**Task description**: Start at the line in the entries below that contains "e26 v2 v22 LINE", stop at the line that contains "e42 v30 v30", and output exactly the lines in that span, both ends included.

**Given records**:
........
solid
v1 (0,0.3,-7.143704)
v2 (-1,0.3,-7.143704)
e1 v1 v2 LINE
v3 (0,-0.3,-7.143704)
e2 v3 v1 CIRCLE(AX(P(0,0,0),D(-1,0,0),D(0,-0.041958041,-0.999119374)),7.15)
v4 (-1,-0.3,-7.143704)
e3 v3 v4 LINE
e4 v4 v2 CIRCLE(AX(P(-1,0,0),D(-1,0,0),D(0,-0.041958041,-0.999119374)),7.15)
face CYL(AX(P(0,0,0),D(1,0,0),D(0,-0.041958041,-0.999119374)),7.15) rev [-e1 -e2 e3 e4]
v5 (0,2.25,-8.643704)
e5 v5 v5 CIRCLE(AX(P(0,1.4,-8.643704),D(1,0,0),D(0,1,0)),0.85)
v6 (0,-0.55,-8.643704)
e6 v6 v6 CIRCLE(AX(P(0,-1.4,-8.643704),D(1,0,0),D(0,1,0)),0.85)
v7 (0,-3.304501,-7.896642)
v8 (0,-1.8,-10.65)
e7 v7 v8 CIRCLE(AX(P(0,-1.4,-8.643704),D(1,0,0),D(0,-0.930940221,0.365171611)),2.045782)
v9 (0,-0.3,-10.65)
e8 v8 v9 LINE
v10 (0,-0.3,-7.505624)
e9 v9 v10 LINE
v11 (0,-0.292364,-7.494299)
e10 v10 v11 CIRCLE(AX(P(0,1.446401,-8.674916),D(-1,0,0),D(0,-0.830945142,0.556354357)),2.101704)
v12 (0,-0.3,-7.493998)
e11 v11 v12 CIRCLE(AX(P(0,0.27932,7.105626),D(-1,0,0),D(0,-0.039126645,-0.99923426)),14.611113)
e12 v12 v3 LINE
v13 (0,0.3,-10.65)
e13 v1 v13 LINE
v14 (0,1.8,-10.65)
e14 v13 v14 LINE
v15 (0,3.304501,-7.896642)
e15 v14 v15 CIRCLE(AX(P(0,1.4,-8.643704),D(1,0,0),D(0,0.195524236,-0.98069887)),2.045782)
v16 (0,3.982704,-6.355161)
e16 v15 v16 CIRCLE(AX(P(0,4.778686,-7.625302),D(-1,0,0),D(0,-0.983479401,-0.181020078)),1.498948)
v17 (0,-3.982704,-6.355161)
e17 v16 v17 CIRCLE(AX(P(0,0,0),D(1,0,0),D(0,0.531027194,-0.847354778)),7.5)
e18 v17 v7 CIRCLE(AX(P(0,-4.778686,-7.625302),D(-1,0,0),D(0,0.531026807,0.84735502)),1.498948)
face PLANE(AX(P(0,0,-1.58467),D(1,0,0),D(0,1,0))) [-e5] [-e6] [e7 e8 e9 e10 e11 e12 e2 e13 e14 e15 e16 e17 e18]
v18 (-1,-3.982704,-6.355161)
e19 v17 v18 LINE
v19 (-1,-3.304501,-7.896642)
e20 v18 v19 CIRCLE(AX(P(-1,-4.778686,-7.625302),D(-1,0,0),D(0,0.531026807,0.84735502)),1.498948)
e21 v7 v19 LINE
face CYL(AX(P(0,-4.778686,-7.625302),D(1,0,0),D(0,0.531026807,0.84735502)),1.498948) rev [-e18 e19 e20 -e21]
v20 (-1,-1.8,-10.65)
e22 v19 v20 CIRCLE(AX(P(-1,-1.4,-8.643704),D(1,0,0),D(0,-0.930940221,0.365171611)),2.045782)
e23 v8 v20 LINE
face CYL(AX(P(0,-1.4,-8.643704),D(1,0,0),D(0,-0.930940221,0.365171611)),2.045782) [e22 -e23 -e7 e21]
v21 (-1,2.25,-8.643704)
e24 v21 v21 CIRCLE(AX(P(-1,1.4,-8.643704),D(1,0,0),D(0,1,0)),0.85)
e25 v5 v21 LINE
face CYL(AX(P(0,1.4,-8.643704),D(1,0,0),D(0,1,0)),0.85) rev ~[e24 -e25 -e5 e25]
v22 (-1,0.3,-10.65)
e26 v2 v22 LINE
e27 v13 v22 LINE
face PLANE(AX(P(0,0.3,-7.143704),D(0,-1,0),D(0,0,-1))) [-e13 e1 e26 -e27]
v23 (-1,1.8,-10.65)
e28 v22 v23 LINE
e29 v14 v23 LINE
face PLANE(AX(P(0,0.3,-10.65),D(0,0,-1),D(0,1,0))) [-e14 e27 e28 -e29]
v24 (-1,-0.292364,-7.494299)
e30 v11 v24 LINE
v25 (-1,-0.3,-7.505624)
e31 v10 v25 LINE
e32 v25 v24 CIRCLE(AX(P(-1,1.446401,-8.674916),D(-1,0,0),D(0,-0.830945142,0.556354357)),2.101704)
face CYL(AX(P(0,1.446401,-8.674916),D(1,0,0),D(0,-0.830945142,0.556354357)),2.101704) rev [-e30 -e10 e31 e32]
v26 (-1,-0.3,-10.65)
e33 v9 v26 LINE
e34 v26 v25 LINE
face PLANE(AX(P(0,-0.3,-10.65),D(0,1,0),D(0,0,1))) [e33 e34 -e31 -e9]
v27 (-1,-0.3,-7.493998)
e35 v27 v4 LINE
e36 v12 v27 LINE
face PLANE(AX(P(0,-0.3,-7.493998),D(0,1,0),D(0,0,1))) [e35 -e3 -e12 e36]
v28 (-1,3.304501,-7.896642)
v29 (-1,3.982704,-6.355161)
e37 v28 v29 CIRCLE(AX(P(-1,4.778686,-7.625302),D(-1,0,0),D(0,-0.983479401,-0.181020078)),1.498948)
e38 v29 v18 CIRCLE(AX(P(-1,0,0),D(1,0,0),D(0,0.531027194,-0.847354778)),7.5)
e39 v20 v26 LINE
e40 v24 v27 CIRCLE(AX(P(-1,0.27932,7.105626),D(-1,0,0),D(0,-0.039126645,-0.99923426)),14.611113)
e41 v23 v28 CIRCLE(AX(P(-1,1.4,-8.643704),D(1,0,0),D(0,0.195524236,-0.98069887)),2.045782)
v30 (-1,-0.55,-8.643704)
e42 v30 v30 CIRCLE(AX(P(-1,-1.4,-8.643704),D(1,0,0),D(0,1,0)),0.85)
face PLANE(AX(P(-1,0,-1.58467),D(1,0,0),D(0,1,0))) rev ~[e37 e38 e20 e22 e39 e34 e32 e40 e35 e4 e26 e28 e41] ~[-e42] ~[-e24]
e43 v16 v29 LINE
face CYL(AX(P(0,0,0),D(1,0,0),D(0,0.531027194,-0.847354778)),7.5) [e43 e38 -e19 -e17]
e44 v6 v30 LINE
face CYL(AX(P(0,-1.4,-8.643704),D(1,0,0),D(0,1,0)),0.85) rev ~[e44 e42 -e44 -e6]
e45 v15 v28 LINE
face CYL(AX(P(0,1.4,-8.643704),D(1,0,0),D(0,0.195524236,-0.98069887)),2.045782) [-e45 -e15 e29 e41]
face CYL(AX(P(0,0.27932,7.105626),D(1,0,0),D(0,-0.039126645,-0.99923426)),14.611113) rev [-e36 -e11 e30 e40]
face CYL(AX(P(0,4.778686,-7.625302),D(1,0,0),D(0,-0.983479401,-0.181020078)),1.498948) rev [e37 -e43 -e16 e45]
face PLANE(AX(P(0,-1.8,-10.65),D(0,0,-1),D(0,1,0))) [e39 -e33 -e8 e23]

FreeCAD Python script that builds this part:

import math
import FreeCAD as App
import Part
import Sketcher

V = App.Vector
Q = App.Units.Quantity

doc = App.newDocument("Part")
body = doc.addObject("PartDesign::Body", "Body")

# Sketch on YZ plane
sketch1 = body.newObject("Sketcher::SketchObject", "Sketch")
sketch1.AttachmentSupport = (doc.getObject("YZ_Plane"), [""])
sketch1.MapMode = "FlatFace"
sketch1.addGeometry([
    Part.ArcOfCircle(Part.Circle(V(0, 0, 0), V(0, 0, 1), 7.15), math.radians(-87.595275), math.radians(267.595275)),  # 0
    Part.LineSegment(V(0.3, -7.143704, 0), V(0.3, -10.65, 0)),  # 1
    Part.LineSegment(V(0.3, -10.65, 0), V(1.8, -10.65, 0)),  # 2
    Part.ArcOfCircle(Part.Circle(V(1.4, -8.643704, 0), V(0, 0, 1), 2.045782), math.radians(-78.72465), math.radians(21.418144)),  # 3
    Part.ArcOfCircle(Part.Circle(V(4.778686, -7.625302, 0), V(0, 0, 1), 1.498948), math.radians(122.074858), math.radians(190.429182)),  # 4
    Part.ArcOfCircle(Part.Circle(V(0, 0, 0), V(0, 0, 1), 7.5), math.radians(-57.925116), math.radians(237.925116)),  # 5
    Part.ArcOfCircle(Part.Circle(V(-4.778686, -7.625302, 0), V(0, 0, 1), 1.498948), math.radians(-10.429182), math.radians(57.925142)),  # 6
    Part.ArcOfCircle(Part.Circle(V(-1.4, -8.643704, 0), V(0, 0, 1), 2.045782), math.radians(158.581856), math.radians(258.72465)),  # 7
    Part.LineSegment(V(-1.8, -10.65, 0), V(-0.3, -10.65, 0)),  # 8
    Part.LineSegment(V(-0.3, -10.65, 0), V(-0.3, -7.505624, 0)),  # 9
    Part.ArcOfCircle(Part.Circle(V(1.446401, -8.674916, 0), V(0, 0, 1), 2.101704), math.radians(145.823587), math.radians(146.19595)),  # 10
    Part.ArcOfCircle(Part.Circle(V(0.27932, 7.105626, 0), V(0, 0, 1), 14.611113), math.radians(-92.272331), math.radians(-92.242364)),  # 11
    Part.LineSegment(V(-0.3, -7.493998, 0), V(-0.3, -7.143704, 0)),  # 12
    Part.Circle(V(-1.4, -8.643704, 0), V(0, 0, 1), 0.85),  # 13
    Part.Circle(V(1.4, -8.643704, 0), V(0, 0, 1), 0.85),  # 14
], False)
sketch1.addConstraint([
    Sketcher.Constraint("Coincident", 0, 1, 1, 1),
    Sketcher.Constraint("Coincident", 1, 2, 2, 1),
    Sketcher.Constraint("Coincident", 2, 2, 3, 1),
    Sketcher.Constraint("Coincident", 3, 2, 4, 2),
    Sketcher.Constraint("Tangent", 4, 1, 5, 1),
    Sketcher.Constraint("Tangent", 5, 2, 6, 2),
    Sketcher.Constraint("Coincident", 6, 1, 7, 1),
    Sketcher.Constraint("Coincident", 7, 2, 8, 1),
    Sketcher.Constraint("Coincident", 8, 2, 9, 1),
    Sketcher.Constraint("Coincident", 9, 2, 10, 2),
    Sketcher.Constraint("Coincident", 10, 1, 11, 2),
    Sketcher.Constraint("Coincident", 11, 1, 12, 1),
    Sketcher.Constraint("Coincident", 12, 2, 0, 2),
    Sketcher.Constraint("Vertical", 1),
    Sketcher.Constraint("Horizontal", 2),
    Sketcher.Constraint("Horizontal", 8),
    Sketcher.Constraint("Vertical", 9),
    Sketcher.Constraint("Vertical", 12),
    Sketcher.Constraint("Coincident", 0, 3, -1, 1),
    Sketcher.Constraint("Coincident", 5, 3, -1, 1),
    Sketcher.Constraint("Coincident", 13, 3, 7, 3),
    Sketcher.Constraint("Coincident", 14, 3, 3, 3),
    Sketcher.Constraint("Equal", 4, 6),
    Sketcher.Constraint("Equal", 3, 7),
    Sketcher.Constraint("Equal", 13, 14),
    Sketcher.Constraint("Symmetric", 3, 3, 7, 3, -2),
    Sketcher.Constraint("Symmetric", 1, 2, 8, 2, -2),
    Sketcher.Constraint("Horizontal", 4, 3, 6, 3),
    Sketcher.Constraint("Horizontal", 0, 1, 12, 2),
    Sketcher.Constraint("Diameter", 13, Q("1.7 mm")),
    Sketcher.Constraint("Radius", 5, Q("7.5 mm")),
    Sketcher.Constraint("Radius", 0, Q("7.15 mm")),
    Sketcher.Constraint("DistanceX", 2, 1, 2, 2, Q("1.5 mm")),
    Sketcher.Constraint("DistanceX", -1, 1, 3, 3, Q("1.4 mm")),
    Sketcher.Constraint("DistanceX", -1, 1, 0, 1, Q("0.3 mm")),
    Sketcher.Constraint("DistanceY", 3, 3, 0, 1, Q("1.5 mm")),
    Sketcher.Constraint("DistanceY", 1, 2, -1, 1, Q("10.65 mm")),
    Sketcher.Constraint("Radius", 4, Q("1.498948 mm")),
    Sketcher.Constraint("DistanceY", 11, 1, -1, 1, Q("7.493998 mm")),
    Sketcher.Constraint("Radius", 10, Q("2.101704 mm")),
    Sketcher.Constraint("Radius", 11, Q("14.611113 mm")),
    Sketcher.Constraint("DistanceX", -1, 1, 10, 3, Q("1.446401 mm")),
    Sketcher.Constraint("DistanceX", -1, 1, 3, 2, Q("3.304501 mm")),
    Sketcher.Constraint("DistanceY", 10, 1, -1, 1, Q("7.494299 mm")),
    Sketcher.Constraint("DistanceY", 9, 1, 9, 2, Q("3.144376 mm")),
])
pad1 = body.newObject("PartDesign::Pad", "Pad")
pad1.Profile = sketch1
pad1.Length = 1
pad1.Reversed = True

doc.recompute()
........
**Exercise response**:
e26 v2 v22 LINE
e27 v13 v22 LINE
face PLANE(AX(P(0,0.3,-7.143704),D(0,-1,0),D(0,0,-1))) [-e13 e1 e26 -e27]
v23 (-1,1.8,-10.65)
e28 v22 v23 LINE
e29 v14 v23 LINE
face PLANE(AX(P(0,0.3,-10.65),D(0,0,-1),D(0,1,0))) [-e14 e27 e28 -e29]
v24 (-1,-0.292364,-7.494299)
e30 v11 v24 LINE
v25 (-1,-0.3,-7.505624)
e31 v10 v25 LINE
e32 v25 v24 CIRCLE(AX(P(-1,1.446401,-8.674916),D(-1,0,0),D(0,-0.830945142,0.556354357)),2.101704)
face CYL(AX(P(0,1.446401,-8.674916),D(1,0,0),D(0,-0.830945142,0.556354357)),2.101704) rev [-e30 -e10 e31 e32]
v26 (-1,-0.3,-10.65)
e33 v9 v26 LINE
e34 v26 v25 LINE
face PLANE(AX(P(0,-0.3,-10.65),D(0,1,0),D(0,0,1))) [e33 e34 -e31 -e9]
v27 (-1,-0.3,-7.493998)
e35 v27 v4 LINE
e36 v12 v27 LINE
face PLANE(AX(P(0,-0.3,-7.493998),D(0,1,0),D(0,0,1))) [e35 -e3 -e12 e36]
v28 (-1,3.304501,-7.896642)
v29 (-1,3.982704,-6.355161)
e37 v28 v29 CIRCLE(AX(P(-1,4.778686,-7.625302),D(-1,0,0),D(0,-0.983479401,-0.181020078)),1.498948)
e38 v29 v18 CIRCLE(AX(P(-1,0,0),D(1,0,0),D(0,0.531027194,-0.847354778)),7.5)
e39 v20 v26 LINE
e40 v24 v27 CIRCLE(AX(P(-1,0.27932,7.105626),D(-1,0,0),D(0,-0.039126645,-0.99923426)),14.611113)
e41 v23 v28 CIRCLE(AX(P(-1,1.4,-8.643704),D(1,0,0),D(0,0.195524236,-0.98069887)),2.045782)
v30 (-1,-0.55,-8.643704)
e42 v30 v30 CIRCLE(AX(P(-1,-1.4,-8.643704),D(1,0,0),D(0,1,0)),0.85)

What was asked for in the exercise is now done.